• [Task to carry out]
Below are some records; output exactly the lines from the line with "f 563 577 560" to the line with "f 310 309 265", both ends kept, and nothing more.

• [Excerpted data]
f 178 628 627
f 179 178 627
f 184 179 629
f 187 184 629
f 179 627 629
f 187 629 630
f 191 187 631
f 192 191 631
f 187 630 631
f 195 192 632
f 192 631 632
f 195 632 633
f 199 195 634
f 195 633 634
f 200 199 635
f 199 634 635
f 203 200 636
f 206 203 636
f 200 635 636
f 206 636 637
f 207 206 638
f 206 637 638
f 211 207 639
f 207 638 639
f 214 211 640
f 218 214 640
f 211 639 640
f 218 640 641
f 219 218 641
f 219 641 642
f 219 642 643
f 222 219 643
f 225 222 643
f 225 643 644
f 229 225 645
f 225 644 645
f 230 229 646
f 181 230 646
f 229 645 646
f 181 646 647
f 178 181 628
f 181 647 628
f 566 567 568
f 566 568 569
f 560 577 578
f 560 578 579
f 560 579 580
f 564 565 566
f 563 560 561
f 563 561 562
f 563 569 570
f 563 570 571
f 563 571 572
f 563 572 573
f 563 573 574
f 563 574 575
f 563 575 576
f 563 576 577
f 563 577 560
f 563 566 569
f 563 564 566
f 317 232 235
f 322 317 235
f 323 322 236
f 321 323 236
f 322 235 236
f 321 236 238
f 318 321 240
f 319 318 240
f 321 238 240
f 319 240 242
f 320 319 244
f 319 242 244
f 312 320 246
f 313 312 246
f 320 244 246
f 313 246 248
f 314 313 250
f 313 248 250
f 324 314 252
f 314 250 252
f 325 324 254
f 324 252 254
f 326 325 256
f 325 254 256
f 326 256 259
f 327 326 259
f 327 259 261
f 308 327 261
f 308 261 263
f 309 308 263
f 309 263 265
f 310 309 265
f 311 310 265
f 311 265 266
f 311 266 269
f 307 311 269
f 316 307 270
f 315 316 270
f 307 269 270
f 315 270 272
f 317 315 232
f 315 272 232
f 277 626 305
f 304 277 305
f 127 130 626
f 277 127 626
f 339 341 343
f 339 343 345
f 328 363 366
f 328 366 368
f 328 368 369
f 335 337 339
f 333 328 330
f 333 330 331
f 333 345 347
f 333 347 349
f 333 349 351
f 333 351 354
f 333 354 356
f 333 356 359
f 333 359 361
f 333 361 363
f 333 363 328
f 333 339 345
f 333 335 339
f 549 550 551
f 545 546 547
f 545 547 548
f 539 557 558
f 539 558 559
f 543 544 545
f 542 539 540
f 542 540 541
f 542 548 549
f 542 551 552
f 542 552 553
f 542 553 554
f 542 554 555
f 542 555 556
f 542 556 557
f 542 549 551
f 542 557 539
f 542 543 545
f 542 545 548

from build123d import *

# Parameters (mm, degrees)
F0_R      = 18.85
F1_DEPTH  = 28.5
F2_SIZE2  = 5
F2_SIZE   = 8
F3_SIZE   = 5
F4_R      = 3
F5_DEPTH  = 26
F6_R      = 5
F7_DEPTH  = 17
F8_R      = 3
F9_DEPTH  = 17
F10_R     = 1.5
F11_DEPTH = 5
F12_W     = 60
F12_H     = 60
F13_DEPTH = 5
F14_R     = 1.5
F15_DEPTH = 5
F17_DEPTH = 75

...

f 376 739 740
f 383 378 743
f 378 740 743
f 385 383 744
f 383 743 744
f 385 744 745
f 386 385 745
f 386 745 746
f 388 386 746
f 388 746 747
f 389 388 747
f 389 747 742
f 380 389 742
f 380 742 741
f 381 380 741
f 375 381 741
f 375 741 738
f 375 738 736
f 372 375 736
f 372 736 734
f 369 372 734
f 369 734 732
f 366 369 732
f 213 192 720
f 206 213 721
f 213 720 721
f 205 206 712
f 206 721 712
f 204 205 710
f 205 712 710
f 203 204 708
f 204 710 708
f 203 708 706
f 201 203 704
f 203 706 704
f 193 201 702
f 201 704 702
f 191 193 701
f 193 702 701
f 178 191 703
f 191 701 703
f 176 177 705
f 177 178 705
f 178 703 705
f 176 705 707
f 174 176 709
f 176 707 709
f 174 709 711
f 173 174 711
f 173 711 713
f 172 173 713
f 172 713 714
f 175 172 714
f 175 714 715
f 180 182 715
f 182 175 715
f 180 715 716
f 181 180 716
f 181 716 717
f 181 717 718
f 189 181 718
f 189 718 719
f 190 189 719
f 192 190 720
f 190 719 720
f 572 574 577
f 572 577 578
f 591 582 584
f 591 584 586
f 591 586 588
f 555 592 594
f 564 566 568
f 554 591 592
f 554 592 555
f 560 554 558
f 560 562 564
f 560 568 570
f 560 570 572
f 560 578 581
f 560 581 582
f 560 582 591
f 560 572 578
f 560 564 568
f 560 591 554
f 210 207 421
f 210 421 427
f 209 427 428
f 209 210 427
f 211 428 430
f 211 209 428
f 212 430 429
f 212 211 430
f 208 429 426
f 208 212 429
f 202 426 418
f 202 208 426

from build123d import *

• [Written answer]
f 563 577 560
f 563 566 569
f 563 564 566
f 317 232 235
f 322 317 235
f 323 322 236
f 321 323 236
f 322 235 236
f 321 236 238
f 318 321 240
f 319 318 240
f 321 238 240
f 319 240 242
f 320 319 244
f 319 242 244
f 312 320 246
f 313 312 246
f 320 244 246
f 313 246 248
f 314 313 250
f 313 248 250
f 324 314 252
f 314 250 252
f 325 324 254
f 324 252 254
f 326 325 256
f 325 254 256
f 326 256 259
f 327 326 259
f 327 259 261
f 308 327 261
f 308 261 263
f 309 308 263
f 309 263 265
f 310 309 265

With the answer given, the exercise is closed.